Two months ago, we blogged about the Top Ten Soft Skills that Compose Executive Presence. We received much positive feedback about this blog and how it broke Executive Presence into something that we can talk about specifically. This month we’ll begin a series on how to build some of these components. We begin with confidence. This is perhaps the most oft-cited quality desired by the executives we coach.
We broke “confidence” into these components:
- Clarity about who one is and comfort with being liked/accepted, or not, by others
- Having no apology for one’s presence, ideas or opinions (not to be confused with pompousness or bullying)
- Taking up space with one’s being/personality and physical gestures (not shrinking or being meek in expression)
- Willing to express one’s ideas, including willing to say when wrong
Consider that confidence is both a skill and a quality. In other words, it’s both something you can practice and improve on (a skill) and something that comes across as an ineffable element that’s a culmination of a variety of factors.
In order to address “confidence” as Executive Coaches, we look at the end goal – what the client wants to accomplish. Generally it’s along the lines of what’s mentioned above. Next, we look at what’s currently in the way of that happening. Take Nathan, one of our VP clients. It was brought to his attention that while his title carried a lot of weight with his direct reports, he was not seen as really fitting the role in the eyes of those he reported to in the company. With his direct reports he was relatable and well-liked but he was nervous and quiet in meetings with those above him. He rarely voiced his opinion in these meetings without looking to his EVP for guidance, despite being an expert with two decades experience. Nathan lacked confidence. He knew he knew the material technically backwards and forwards, but he lacked the willingness to speak about it in the higher level meetings.
Through our executive coaching, Nathan was able to see that deep down he was most interested in being liked and not ruffling any feathers. This quality had served him well for years in building professional relationships, but was now getting in his way in these high level meetings. Once we got to the root of the dis-empowering belief he had, i.e. that holding an opinion is not the same as being aggressive/unlikeable, he was able to start experimenting with speaking up more. Nathan began to see that what he had feared was going to be seen as aggressive and forceful was actually appreciated by the other leaders in the room; they wanted to hear what Nathan had to offer from his years of experience. Holding an opinion became a contribution rather than a threat. Since Nathan had already developed a good sense of delivery over the years, he was able to express these opinions in a constructive way, becoming a much more valuable asset in the meetings.
Nathan’s behavior read to the others as “confident” because he was clear about his contribution, was willing to speak, and expressed himself without apology. Note though that to Nathan it didn’t initially FEEL like confidence. To him it felt like being willing to be uncomfortable long enough to fight off the voice in his head saying “don’t say that, they’ll take it as being aggressive and you’ll lose their friendship.”

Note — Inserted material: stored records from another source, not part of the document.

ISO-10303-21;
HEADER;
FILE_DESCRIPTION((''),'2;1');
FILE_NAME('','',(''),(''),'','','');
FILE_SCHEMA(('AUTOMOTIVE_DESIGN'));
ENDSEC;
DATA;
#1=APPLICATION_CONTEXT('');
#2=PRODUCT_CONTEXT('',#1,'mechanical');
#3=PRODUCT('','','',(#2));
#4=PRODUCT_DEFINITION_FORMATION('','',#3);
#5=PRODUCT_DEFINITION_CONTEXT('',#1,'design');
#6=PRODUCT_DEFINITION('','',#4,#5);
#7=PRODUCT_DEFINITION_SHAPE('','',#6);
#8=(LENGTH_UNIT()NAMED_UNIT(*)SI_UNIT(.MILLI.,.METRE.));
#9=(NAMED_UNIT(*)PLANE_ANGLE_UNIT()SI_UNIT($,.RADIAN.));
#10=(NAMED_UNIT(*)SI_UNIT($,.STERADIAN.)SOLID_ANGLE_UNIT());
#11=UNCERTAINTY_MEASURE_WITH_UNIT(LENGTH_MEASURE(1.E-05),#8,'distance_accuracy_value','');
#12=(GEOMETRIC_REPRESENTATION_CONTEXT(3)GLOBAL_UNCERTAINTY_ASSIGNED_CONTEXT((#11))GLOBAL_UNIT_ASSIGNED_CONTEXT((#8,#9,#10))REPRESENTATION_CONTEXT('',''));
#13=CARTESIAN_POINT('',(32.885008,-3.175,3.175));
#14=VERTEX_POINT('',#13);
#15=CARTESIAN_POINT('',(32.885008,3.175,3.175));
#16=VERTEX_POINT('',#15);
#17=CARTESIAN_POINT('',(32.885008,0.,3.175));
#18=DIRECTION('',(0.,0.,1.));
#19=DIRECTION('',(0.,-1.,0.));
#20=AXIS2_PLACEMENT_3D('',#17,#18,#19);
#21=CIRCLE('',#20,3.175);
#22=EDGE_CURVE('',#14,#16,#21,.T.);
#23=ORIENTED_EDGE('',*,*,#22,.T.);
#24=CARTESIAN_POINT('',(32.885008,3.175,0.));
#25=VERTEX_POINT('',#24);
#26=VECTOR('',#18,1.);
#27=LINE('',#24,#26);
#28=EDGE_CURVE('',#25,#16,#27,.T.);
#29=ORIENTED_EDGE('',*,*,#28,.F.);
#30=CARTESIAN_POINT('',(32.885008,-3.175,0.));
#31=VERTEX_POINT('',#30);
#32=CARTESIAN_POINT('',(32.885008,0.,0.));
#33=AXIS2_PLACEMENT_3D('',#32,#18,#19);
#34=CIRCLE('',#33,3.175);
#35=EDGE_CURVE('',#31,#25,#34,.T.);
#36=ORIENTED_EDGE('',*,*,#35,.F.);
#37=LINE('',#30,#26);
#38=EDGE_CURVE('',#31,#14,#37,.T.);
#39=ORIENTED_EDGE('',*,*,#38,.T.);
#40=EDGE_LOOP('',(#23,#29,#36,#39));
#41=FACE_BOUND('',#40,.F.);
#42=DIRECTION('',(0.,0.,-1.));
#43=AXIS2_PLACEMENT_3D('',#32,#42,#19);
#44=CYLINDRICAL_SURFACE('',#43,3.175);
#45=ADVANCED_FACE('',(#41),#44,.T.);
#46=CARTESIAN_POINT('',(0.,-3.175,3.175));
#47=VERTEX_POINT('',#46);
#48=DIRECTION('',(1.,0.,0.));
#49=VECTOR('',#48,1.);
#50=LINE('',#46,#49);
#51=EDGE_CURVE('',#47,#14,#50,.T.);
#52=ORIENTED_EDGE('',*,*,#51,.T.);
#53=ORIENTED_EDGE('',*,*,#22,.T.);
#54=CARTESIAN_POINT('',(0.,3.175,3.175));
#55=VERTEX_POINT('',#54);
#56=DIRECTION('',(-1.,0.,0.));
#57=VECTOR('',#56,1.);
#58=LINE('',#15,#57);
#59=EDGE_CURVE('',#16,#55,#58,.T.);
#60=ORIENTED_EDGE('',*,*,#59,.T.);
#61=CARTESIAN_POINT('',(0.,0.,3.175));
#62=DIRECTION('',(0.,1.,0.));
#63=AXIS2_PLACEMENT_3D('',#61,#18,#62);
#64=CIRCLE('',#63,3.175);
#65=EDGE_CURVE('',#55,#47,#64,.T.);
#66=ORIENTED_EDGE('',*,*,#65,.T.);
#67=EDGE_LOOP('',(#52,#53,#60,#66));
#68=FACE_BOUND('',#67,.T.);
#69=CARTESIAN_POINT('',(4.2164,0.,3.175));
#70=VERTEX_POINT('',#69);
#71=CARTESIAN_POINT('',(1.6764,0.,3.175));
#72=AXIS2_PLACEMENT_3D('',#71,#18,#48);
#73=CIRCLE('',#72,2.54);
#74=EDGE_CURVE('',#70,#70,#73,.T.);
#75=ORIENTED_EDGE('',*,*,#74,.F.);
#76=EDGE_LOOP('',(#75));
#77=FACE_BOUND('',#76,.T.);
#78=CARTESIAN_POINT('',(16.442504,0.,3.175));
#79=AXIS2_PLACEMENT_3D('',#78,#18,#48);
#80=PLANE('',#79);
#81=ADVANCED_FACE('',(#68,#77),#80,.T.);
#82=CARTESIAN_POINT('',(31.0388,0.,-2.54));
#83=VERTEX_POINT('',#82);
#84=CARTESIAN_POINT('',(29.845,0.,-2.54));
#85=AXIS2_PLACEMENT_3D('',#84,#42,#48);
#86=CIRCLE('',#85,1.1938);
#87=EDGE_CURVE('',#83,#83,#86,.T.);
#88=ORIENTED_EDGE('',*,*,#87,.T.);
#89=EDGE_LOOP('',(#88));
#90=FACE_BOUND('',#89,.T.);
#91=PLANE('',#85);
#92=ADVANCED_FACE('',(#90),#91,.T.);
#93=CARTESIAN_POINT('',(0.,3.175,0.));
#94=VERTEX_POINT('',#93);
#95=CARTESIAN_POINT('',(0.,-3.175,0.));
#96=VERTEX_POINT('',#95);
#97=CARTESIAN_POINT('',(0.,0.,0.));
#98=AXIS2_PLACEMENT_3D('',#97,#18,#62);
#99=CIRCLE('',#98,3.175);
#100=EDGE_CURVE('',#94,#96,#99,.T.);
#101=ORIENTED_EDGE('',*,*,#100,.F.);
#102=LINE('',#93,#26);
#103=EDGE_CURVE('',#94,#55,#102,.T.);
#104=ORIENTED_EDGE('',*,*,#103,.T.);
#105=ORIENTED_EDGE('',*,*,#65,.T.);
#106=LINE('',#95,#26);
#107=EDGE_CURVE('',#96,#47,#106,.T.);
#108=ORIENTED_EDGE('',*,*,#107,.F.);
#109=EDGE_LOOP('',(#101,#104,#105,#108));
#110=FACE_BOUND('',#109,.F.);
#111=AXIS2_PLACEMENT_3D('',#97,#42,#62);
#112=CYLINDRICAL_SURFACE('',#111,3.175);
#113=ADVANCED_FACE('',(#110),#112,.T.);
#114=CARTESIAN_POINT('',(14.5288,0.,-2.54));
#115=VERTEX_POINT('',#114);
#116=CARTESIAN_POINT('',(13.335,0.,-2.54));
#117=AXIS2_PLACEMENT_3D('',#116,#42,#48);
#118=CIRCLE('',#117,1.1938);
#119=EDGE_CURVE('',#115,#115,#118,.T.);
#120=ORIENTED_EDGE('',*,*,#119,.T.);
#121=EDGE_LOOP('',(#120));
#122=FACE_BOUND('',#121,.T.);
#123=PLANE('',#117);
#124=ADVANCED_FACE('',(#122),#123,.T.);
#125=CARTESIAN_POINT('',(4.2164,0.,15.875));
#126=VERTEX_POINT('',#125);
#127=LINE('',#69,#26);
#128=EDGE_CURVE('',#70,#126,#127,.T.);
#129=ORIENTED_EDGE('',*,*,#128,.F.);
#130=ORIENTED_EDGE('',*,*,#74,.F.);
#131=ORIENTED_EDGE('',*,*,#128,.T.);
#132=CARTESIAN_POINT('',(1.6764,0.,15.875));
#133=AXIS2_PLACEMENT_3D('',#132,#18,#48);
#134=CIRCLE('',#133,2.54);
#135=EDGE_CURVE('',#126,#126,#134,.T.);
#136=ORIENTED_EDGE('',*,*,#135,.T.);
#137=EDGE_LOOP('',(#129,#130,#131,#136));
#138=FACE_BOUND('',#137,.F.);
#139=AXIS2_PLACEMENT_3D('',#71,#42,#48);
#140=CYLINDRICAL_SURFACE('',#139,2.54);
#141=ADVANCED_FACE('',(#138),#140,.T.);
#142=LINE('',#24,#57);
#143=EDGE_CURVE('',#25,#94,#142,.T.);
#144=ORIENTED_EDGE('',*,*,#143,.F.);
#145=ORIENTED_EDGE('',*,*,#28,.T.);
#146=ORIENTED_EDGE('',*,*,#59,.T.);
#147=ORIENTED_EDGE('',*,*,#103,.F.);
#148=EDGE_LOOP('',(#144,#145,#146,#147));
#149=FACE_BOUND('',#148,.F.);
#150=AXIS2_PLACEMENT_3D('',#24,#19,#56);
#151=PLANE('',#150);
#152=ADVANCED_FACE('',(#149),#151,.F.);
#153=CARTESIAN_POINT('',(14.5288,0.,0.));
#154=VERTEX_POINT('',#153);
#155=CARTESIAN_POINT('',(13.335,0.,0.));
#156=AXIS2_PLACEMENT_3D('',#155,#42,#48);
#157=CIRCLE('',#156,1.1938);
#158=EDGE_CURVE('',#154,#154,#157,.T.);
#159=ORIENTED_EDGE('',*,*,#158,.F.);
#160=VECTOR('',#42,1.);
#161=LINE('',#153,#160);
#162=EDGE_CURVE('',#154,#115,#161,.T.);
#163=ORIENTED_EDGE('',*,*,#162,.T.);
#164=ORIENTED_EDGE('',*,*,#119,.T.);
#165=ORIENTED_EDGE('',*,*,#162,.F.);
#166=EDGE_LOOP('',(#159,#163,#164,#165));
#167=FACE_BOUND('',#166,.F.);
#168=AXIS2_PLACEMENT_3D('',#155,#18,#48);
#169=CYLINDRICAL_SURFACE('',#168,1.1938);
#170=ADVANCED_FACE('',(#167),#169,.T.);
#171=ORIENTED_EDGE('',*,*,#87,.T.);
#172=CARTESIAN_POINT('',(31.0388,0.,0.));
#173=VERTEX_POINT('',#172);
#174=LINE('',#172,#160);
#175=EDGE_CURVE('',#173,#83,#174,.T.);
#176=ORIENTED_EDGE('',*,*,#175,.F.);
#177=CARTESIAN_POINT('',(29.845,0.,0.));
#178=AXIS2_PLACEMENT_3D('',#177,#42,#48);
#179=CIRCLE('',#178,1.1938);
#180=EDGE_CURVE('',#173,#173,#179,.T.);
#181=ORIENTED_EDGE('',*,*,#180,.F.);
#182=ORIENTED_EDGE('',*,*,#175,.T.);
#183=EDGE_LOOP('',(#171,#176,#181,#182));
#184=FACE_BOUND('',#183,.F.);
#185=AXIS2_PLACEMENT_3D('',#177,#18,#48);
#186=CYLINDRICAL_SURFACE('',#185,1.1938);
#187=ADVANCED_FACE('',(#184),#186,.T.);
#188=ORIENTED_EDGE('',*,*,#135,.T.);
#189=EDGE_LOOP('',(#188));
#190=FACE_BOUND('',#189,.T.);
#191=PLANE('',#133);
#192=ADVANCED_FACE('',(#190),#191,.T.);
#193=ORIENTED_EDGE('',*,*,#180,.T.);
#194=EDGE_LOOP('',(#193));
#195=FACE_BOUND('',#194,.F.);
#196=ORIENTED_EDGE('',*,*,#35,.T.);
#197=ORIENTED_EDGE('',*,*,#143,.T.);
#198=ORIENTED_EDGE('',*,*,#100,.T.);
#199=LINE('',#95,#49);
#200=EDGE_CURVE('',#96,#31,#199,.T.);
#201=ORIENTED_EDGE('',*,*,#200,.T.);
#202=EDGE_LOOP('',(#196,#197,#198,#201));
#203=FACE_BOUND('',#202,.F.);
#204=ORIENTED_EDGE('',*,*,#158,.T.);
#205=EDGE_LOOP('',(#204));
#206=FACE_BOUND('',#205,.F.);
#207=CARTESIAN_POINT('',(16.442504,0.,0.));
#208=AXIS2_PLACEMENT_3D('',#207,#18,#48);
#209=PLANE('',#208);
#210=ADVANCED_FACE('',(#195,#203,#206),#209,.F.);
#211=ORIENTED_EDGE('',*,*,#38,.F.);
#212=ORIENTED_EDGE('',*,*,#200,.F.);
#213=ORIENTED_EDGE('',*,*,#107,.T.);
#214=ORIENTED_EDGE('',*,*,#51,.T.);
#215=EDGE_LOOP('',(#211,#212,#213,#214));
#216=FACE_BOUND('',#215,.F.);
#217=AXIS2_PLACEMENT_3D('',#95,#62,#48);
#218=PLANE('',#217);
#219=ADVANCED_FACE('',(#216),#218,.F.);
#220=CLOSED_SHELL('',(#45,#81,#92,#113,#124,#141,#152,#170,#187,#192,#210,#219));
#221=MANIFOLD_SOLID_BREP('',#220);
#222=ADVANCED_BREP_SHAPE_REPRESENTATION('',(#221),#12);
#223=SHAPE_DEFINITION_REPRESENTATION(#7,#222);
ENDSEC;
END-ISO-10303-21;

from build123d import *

# Parameters (mm, degrees)
F1_DEPTH = 3.175
F2_R     = 2.54
F3_DEPTH = 12.7
F4_R     = 1.1938
F5_DEPTH = 2.54


with BuildPart() as f1:
    # F0 (on Top) → F1 (new body)
    with BuildSketch(Plane.XY):
        with BuildLine():
            Line((32.885008, 3.175), (0, 3.175))
            ThreePointArc((0, 3.175), (-3.175, 0), (0, -3.175))
            Line((0, -3.175), (32.885008, -3.175))
            ThreePointArc((32.885008, -3.175), (36.060008, 0), (32.885008, 3.175))
        make_face()
    extrude(amount=F1_DEPTH)

    # F2 (on face) → F3 (join)
    with BuildSketch(Plane.XY.offset(3.175)):
        with Locations((1.6764, 0)):
            Circle(F2_R)
    extrude(amount=F3_DEPTH)

    # F4 (on face) → F5 (join)
    with BuildSketch(Plane(origin=(0, 0, 0), x_dir=(1, 0, 0), z_dir=(0, 0, -1))):
        with Locations((13.335, 0)):
            Circle(F4_R)
        with Locations((29.845, 0)):
            Circle(F4_R)
    extrude(amount=F5_DEPTH)


solid = f1.part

If Nathan had simply “acted confident” on top of his dis-empowering underlying belief, he likely would have come off as awkward and pompous. He would have felt fake and others would have detected the disconnect. We all know when we see that in someone. To make a true shift, we need to adjust the underlying belief and take new action from there.
If you’re looking to increase your confidence level, take a look at the underlying beliefs that have you “not confident”. What do you believe (deep down, secretly, subconsciously) that has you acting the way you currently are? That’s the belief to dismantle. Ask for assistance from a coach to go deeper than you can on your own. When you start operating from a new ground rule, the actions will shift.